Stored items from a collection »
=== Section Start ===

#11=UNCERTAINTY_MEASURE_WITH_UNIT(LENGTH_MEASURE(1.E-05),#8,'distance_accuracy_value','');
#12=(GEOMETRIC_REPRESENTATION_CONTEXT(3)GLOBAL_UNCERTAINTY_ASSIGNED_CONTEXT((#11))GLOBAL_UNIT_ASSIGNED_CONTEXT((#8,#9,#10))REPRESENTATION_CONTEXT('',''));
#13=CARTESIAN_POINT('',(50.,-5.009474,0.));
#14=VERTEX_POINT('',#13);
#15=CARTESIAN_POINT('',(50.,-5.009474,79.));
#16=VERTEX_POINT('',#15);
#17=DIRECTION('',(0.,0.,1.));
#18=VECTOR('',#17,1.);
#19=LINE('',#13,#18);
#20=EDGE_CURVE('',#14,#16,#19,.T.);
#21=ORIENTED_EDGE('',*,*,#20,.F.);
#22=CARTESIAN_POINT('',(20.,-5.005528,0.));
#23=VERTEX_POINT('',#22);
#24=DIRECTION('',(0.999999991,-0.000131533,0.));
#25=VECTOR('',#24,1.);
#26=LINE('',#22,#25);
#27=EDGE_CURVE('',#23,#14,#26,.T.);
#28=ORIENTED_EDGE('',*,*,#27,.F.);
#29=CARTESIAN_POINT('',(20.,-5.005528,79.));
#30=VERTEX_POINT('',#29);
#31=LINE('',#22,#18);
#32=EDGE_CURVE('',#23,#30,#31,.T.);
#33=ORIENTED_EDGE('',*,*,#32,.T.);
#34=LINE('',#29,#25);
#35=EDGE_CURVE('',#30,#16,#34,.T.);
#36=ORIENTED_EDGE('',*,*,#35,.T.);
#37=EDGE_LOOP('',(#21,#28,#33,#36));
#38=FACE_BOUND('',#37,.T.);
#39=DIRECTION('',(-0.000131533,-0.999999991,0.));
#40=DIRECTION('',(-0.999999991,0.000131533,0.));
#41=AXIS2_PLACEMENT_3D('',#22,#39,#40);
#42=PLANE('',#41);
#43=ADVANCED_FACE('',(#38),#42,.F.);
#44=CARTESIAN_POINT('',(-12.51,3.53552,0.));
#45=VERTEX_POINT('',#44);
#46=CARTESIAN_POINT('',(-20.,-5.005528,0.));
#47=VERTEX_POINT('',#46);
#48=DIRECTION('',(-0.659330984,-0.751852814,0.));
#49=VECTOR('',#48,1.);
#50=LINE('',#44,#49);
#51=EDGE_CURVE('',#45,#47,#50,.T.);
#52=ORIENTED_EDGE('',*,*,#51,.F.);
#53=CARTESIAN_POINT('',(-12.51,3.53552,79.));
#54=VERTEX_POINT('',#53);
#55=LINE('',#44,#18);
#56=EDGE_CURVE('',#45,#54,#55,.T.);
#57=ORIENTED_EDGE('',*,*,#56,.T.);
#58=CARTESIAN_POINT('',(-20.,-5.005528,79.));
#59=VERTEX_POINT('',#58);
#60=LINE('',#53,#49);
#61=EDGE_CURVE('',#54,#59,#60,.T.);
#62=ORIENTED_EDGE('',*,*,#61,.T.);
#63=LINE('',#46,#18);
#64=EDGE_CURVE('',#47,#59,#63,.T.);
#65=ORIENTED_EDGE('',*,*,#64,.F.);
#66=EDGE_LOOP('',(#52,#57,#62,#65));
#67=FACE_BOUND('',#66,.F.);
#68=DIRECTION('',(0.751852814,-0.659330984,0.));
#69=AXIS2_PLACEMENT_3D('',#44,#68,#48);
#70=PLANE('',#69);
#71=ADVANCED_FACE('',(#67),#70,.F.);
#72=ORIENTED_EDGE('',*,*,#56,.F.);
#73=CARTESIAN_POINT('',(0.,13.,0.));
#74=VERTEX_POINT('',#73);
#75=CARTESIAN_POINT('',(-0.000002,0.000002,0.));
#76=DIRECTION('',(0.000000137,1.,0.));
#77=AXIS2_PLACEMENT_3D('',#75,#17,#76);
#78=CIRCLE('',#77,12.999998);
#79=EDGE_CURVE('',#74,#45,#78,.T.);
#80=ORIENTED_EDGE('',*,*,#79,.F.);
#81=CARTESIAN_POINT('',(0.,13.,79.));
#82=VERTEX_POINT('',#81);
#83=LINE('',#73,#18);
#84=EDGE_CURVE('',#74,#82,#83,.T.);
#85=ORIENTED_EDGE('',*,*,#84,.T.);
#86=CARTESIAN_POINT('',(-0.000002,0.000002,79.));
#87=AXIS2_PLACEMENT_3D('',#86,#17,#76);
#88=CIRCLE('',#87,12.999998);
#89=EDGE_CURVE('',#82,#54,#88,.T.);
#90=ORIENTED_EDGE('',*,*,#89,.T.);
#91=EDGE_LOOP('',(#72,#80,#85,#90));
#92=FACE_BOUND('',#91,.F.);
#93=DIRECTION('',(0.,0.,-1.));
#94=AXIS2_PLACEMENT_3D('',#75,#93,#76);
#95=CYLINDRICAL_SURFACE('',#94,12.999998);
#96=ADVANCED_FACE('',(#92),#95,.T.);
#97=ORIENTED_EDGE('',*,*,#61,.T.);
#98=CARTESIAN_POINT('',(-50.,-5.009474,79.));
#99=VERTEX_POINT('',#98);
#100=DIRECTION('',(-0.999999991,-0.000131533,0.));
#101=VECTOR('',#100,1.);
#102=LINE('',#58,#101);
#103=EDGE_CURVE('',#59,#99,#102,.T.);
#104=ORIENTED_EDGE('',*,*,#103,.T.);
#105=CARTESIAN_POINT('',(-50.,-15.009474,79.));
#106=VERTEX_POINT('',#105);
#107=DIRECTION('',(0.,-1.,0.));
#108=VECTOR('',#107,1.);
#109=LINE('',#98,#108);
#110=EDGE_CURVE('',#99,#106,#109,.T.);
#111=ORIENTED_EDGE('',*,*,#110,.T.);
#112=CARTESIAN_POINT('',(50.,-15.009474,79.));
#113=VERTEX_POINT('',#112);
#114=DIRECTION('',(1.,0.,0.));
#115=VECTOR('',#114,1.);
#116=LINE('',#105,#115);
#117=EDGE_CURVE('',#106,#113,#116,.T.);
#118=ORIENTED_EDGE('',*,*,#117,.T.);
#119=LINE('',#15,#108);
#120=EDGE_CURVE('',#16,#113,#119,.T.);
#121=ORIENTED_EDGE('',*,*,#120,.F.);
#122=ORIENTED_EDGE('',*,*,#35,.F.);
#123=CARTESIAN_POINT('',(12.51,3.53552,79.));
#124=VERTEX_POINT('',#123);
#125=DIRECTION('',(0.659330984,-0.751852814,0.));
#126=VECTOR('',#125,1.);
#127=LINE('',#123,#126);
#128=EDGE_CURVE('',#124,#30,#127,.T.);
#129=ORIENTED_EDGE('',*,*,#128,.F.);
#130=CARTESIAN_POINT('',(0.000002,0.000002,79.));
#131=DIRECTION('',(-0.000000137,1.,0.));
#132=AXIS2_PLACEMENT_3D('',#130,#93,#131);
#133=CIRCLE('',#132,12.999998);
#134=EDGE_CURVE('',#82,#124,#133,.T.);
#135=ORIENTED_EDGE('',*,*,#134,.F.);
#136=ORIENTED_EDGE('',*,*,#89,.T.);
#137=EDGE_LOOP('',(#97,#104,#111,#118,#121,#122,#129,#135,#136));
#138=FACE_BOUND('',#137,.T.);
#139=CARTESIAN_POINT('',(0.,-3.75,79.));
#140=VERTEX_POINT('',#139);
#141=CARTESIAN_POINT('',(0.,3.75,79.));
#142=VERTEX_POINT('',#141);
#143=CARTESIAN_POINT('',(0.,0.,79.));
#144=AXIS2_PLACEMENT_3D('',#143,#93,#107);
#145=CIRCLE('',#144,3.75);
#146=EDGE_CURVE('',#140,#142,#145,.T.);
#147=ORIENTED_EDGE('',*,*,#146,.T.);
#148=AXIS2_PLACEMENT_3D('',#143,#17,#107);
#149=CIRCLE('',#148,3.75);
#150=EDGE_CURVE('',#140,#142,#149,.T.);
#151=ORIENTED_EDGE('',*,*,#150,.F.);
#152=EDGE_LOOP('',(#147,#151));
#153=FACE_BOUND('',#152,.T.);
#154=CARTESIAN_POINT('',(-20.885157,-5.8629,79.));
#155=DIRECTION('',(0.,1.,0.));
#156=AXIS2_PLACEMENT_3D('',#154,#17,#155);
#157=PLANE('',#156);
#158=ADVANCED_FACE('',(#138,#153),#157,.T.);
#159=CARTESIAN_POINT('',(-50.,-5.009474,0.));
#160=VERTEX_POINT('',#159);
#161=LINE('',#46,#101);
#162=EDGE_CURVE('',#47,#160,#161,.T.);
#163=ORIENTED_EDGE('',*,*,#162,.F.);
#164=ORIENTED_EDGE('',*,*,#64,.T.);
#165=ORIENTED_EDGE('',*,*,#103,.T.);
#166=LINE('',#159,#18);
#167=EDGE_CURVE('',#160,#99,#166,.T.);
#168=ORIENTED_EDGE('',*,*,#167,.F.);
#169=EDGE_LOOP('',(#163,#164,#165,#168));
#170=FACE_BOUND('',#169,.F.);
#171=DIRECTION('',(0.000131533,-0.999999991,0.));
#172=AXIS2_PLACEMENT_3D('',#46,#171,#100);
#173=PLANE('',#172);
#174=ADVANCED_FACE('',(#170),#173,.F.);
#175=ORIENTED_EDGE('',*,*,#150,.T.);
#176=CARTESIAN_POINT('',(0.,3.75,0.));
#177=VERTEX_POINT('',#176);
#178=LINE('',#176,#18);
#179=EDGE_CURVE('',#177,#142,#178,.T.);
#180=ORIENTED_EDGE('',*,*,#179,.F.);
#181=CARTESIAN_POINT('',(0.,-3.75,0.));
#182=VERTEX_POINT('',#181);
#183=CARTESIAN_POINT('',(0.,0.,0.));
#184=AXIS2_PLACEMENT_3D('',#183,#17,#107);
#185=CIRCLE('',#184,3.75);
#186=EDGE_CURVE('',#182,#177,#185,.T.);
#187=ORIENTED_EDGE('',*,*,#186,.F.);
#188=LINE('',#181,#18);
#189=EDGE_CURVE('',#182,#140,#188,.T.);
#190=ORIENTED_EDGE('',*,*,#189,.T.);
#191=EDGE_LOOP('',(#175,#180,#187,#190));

=== Section End ===

Problem requirements »
Transcribe the records above from the line holding "#126=VECTOR('',#125,1.);" down to the line holding "#167=EDGE_CURVE('',#160,#99,#166,.T.);", inclusive, without adding anything.

Solution below »
#126=VECTOR('',#125,1.);
#127=LINE('',#123,#126);
#128=EDGE_CURVE('',#124,#30,#127,.T.);
#129=ORIENTED_EDGE('',*,*,#128,.F.);
#130=CARTESIAN_POINT('',(0.000002,0.000002,79.));
#131=DIRECTION('',(-0.000000137,1.,0.));
#132=AXIS2_PLACEMENT_3D('',#130,#93,#131);
#133=CIRCLE('',#132,12.999998);
#134=EDGE_CURVE('',#82,#124,#133,.T.);
#135=ORIENTED_EDGE('',*,*,#134,.F.);
#136=ORIENTED_EDGE('',*,*,#89,.T.);
#137=EDGE_LOOP('',(#97,#104,#111,#118,#121,#122,#129,#135,#136));
#138=FACE_BOUND('',#137,.T.);
#139=CARTESIAN_POINT('',(0.,-3.75,79.));
#140=VERTEX_POINT('',#139);
#141=CARTESIAN_POINT('',(0.,3.75,79.));
#142=VERTEX_POINT('',#141);
#143=CARTESIAN_POINT('',(0.,0.,79.));
#144=AXIS2_PLACEMENT_3D('',#143,#93,#107);
#145=CIRCLE('',#144,3.75);
#146=EDGE_CURVE('',#140,#142,#145,.T.);
#147=ORIENTED_EDGE('',*,*,#146,.T.);
#148=AXIS2_PLACEMENT_3D('',#143,#17,#107);
#149=CIRCLE('',#148,3.75);
#150=EDGE_CURVE('',#140,#142,#149,.T.);
#151=ORIENTED_EDGE('',*,*,#150,.F.);
#152=EDGE_LOOP('',(#147,#151));
#153=FACE_BOUND('',#152,.T.);
#154=CARTESIAN_POINT('',(-20.885157,-5.8629,79.));
#155=DIRECTION('',(0.,1.,0.));
#156=AXIS2_PLACEMENT_3D('',#154,#17,#155);
#157=PLANE('',#156);
#158=ADVANCED_FACE('',(#138,#153),#157,.T.);
#159=CARTESIAN_POINT('',(-50.,-5.009474,0.));
#160=VERTEX_POINT('',#159);
#161=LINE('',#46,#101);
#162=EDGE_CURVE('',#47,#160,#161,.T.);
#163=ORIENTED_EDGE('',*,*,#162,.F.);
#164=ORIENTED_EDGE('',*,*,#64,.T.);
#165=ORIENTED_EDGE('',*,*,#103,.T.);
#166=LINE('',#159,#18);
#167=EDGE_CURVE('',#160,#99,#166,.T.);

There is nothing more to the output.